Comparing checksums between source & destination with different directory structure

The source & destination have different hierarchical structures. The aim is to ignore the structure but confirm that all files at source match the destination. How can I achieve this?

I'd do this by using rclone md5sum (or whatever hasher your destination supports).

You can then compare the checksums are the same.

Something like this

rclone md5sum source: > source-sums
rclone md5sum dest: > dest-sums

Then process the sums files and find differences

awk '{print $1}' < source-sums | sort > source-sums-sorted
awk '{print $1}' < dest-sums | sort > dest-sums-sorted

Then find sums that are missing

diff source-sums-sorted dest-sums-sorted

That will give you checksums which you'll need to look up in the original source-sums and dest-sums files.

dif <(aw

Thanks @ncw. This is super helpful. I'm on a Windows device and awk isn't an option. Is there an alternative?

hi,

if you have WSL installed, you can run that script as is.

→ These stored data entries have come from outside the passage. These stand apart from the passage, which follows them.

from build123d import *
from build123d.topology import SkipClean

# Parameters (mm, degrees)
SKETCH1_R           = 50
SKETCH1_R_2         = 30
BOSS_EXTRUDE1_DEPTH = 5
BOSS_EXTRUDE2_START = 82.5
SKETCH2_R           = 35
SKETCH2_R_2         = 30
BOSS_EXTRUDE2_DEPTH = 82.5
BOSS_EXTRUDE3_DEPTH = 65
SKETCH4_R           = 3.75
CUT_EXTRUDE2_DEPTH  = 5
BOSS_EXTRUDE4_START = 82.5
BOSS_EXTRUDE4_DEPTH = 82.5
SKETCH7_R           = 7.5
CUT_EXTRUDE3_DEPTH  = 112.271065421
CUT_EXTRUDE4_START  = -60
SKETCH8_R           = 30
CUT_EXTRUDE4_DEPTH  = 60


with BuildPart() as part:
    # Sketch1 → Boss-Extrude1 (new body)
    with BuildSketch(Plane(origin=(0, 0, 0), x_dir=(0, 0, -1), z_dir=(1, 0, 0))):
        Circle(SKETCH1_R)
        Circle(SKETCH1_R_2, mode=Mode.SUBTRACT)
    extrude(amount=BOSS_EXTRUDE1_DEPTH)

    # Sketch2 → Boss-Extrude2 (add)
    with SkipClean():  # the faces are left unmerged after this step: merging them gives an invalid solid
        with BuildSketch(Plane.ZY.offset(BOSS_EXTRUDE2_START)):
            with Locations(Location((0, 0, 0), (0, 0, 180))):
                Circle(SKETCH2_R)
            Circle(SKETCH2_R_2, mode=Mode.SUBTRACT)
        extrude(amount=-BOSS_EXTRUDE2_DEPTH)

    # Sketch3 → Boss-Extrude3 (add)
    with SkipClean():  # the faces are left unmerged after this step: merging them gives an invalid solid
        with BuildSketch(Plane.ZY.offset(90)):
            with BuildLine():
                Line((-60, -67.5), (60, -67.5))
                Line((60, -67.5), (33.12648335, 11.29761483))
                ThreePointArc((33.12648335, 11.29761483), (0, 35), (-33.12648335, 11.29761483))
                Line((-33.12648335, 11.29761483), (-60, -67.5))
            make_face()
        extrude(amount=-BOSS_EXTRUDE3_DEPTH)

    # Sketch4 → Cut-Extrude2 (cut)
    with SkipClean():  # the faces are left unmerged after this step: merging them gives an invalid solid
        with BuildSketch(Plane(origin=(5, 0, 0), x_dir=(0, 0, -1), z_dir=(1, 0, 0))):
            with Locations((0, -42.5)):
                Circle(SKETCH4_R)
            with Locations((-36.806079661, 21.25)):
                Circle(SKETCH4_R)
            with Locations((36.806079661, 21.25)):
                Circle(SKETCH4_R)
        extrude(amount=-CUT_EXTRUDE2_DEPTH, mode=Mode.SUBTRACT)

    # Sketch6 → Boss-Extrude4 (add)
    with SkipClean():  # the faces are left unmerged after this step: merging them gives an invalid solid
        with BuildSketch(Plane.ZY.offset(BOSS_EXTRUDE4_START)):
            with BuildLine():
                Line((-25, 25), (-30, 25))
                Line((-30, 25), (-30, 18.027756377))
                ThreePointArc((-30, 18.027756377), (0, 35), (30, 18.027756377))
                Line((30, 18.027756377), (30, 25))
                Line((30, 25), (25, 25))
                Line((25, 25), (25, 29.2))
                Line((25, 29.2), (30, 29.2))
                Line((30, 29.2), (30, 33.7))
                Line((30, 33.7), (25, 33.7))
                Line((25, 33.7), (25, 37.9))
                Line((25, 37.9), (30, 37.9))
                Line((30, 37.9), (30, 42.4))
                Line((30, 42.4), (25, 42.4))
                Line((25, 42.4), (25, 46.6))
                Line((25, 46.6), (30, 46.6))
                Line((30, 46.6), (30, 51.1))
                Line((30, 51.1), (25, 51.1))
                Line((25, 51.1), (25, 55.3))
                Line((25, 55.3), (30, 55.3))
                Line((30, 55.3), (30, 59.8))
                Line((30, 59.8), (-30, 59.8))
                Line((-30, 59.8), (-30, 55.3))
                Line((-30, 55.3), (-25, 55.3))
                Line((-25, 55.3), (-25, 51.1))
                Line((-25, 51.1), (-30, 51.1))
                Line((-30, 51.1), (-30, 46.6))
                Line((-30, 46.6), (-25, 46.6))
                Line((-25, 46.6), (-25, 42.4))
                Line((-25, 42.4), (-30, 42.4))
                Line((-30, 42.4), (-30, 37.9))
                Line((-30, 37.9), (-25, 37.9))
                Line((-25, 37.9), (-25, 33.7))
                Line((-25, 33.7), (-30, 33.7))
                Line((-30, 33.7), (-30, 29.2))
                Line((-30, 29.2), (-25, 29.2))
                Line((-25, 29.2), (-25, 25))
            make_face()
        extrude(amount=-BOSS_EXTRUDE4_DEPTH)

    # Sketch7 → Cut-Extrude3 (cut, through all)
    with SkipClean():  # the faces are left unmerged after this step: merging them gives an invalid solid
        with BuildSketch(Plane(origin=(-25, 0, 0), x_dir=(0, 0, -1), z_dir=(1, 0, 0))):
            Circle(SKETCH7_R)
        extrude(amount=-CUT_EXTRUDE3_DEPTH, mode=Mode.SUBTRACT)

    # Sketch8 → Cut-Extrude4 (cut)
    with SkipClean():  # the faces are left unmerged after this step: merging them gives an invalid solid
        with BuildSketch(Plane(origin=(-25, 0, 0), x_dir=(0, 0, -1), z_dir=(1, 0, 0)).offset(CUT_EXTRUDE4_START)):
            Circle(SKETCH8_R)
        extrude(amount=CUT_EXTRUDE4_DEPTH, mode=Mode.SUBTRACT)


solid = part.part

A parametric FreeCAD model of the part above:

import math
import FreeCAD as App
import Part
import Sketcher
from FreeCAD import Vector

doc = App.newDocument("Part")
params = doc.addObject("Spreadsheet::Sheet", "Params")
for row, (alias, value) in enumerate([
    ("sketch1_diameter", "100 mm"),
    ("sketch1_diameter2", "60 mm"),
    ("pad1_length", "5 mm"),
    ("sketch2_diameter", "70 mm"),
    ("sketch2_diameter2", "60 mm"),
    ("pad2_length", "82.5 mm"),
    ("sketch3_radius", "35 mm"),
    ("sketch3_height", "120 mm"),
    ("pad3_length", "65 mm"),
    ("sketch4_diameter", "7.5 mm"),
    ("pocket1_length", "5 mm"),
    ("sketch5_radius", "35 mm"),
    ("sketch5_height", "5 mm"),
    ("sketch5_height2", "60 mm"),
    ("sketch5_width", "4.2 mm"),
    ("sketch5_width2", "4.5 mm"),
    ("pad4_length", "82.5 mm"),
    ("sketch6_diameter", "15 mm"),
    ("sketch7_diameter", "60 mm"),
    ("pocket3_length", "60 mm"),
], start=1):
    params.set(f"A{row}", alias)
    params.set(f"B{row}", "=" + value)
    params.setAlias(f"B{row}", alias)

body = doc.addObject("PartDesign::Body", "Body")

# Sketch on YZ plane
sketch1 = body.newObject("Sketcher::SketchObject", "Sketch")
sketch1.AttachmentSupport = (doc.getObject("YZ_Plane"), [""])
sketch1.MapMode = "FlatFace"
sketch1.addGeometry([
    Part.Circle(Vector(0, 0, 0), Vector(0, 0, 1), 50),
    Part.Circle(Vector(0, 0, 0), Vector(0, 0, 1), 30),
], False)
sketch1.addConstraint([
    Sketcher.Constraint("Coincident", 0, 3, -1, 1),
    Sketcher.Constraint("Coincident", 1, 3, -1, 1),
    Sketcher.Constraint("Diameter", 0, 100.0),
    Sketcher.Constraint("Diameter", 1, 60.0),
])
sketch1.setExpression("Constraints[2]", "Params.sketch1_diameter")
sketch1.setExpression("Constraints[3]", "Params.sketch1_diameter2")
pad1 = body.newObject("PartDesign::Pad", "Pad")
pad1.Profile = sketch1
pad1.setExpression("Length", "Params.pad1_length")

# Sketch on YZ plane
sketch2 = body.newObject("Sketcher::SketchObject", "Sketch001")
sketch2.AttachmentSupport = (doc.getObject("YZ_Plane"), [""])
sketch2.MapMode = "FlatFace"
sketch2.AttachmentOffset = App.Placement(Vector(0, 0, -82.5), App.Rotation())
sketch2.addGeometry([
    Part.Circle(Vector(0, 0, 0), Vector(0, 0, 1), 35),
    Part.Circle(Vector(0, 0, 0), Vector(0, 0, 1), 30),
], False)
sketch2.addConstraint([
    Sketcher.Constraint("Coincident", 0, 3, -1, 1),
    Sketcher.Constraint("Coincident", 1, 3, -1, 1),
    Sketcher.Constraint("Diameter", 0, 70.0),
    Sketcher.Constraint("Diameter", 1, 60.0),
])
sketch2.setExpression("Constraints[2]", "Params.sketch2_diameter")
sketch2.setExpression("Constraints[3]", "Params.sketch2_diameter2")
pad2 = body.newObject("PartDesign::Pad", "Pad001")
pad2.Profile = sketch2
pad2.setExpression("Length", "Params.pad2_length")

Is using PowerShell an alternative? I'm playing around with ncw's strategy, something like this seems similar:

$Source = .\rclone.exe md5sum source: | ConvertFrom-String -PropertyNames Hash,Path -Delimiter '(?<=^[\w]+)\s+' | Sort-Object -Property Hash
$Destination = .\rclone.exe md5sum destination: | ConvertFrom-String -PropertyNames Hash,Path -Delimiter '(?<=^[\w]+)\s+' | Sort-Object -Property Hash
Compare-Object $Source $Destination -Property Hash -PassThru

(I have only tested on tiny sample sets, so no idea if it blows up if you try it on huge directories)

Here is a python script which does the same and should run on windows

#!/usr/bin/env python3
"""
Discover differences by checksum between two rclone paths

Run it like

python3 hashdiff.py MD5 remote1:path remote2:path
"""

import sys
import subprocess

def sums(remote, hash_type):
    cmd = ["rclone", "hashsum", hash_type, remote]
    print(f"Running: {' '.join(cmd)}")
    out = subprocess.check_output(cmd)
    return dict( line.split(b"  ", 1) for line in out.split(b"\n") if line )

def missing(remote, hashes, sums):
    print(f"Hashes changed or missing on {remote}")
    for hash in hashes:
        print(sums[hash])
    print

def main():
    if len(sys.argv) != 4:
        print(f"Syntax: {sys.argv[0]} HASH remote1:path remote2:path")
        raise SystemExit(1)
    hash_type, source, dest = sys.argv[1:]
    source_sums = sums(source, hash_type)
    dest_sums = sums(dest, hash_type)
    source_hashes = set(source_sums.keys())
    dest_hashes = set(dest_sums.keys())
    missing(source, source_hashes - dest_hashes, source_sums)
    missing(dest, dest_hashes - source_hashes, dest_sums)
    
if __name__ == "__main__":
    main()

Thanks @albertony. Is there a way for me to pass the configuration password? Also, I'm assuming that it's a recursive lookup? When you say large directories, do you mean deeply nested paths or large files or both?

Thanks @ncw. The device unfortunately does not have Python and may be a challenge to install (subject to policy). Assuming it can be deployed, is it recursive if I start at the root of the source & destination? Also, how can I pass the configuration password?

Check out these, if you haven't already?

https://rclone.org/docs/#configuration-encryption

Ran a quick test of the python script, comparing result with the PowerShell snippet: If one of the remotes contain copies of the same file (same hash) that the other remote don't have, then the python script will not show it as diff but the powershell version will. Depends what you want. Both can be adjusted to do the opposite.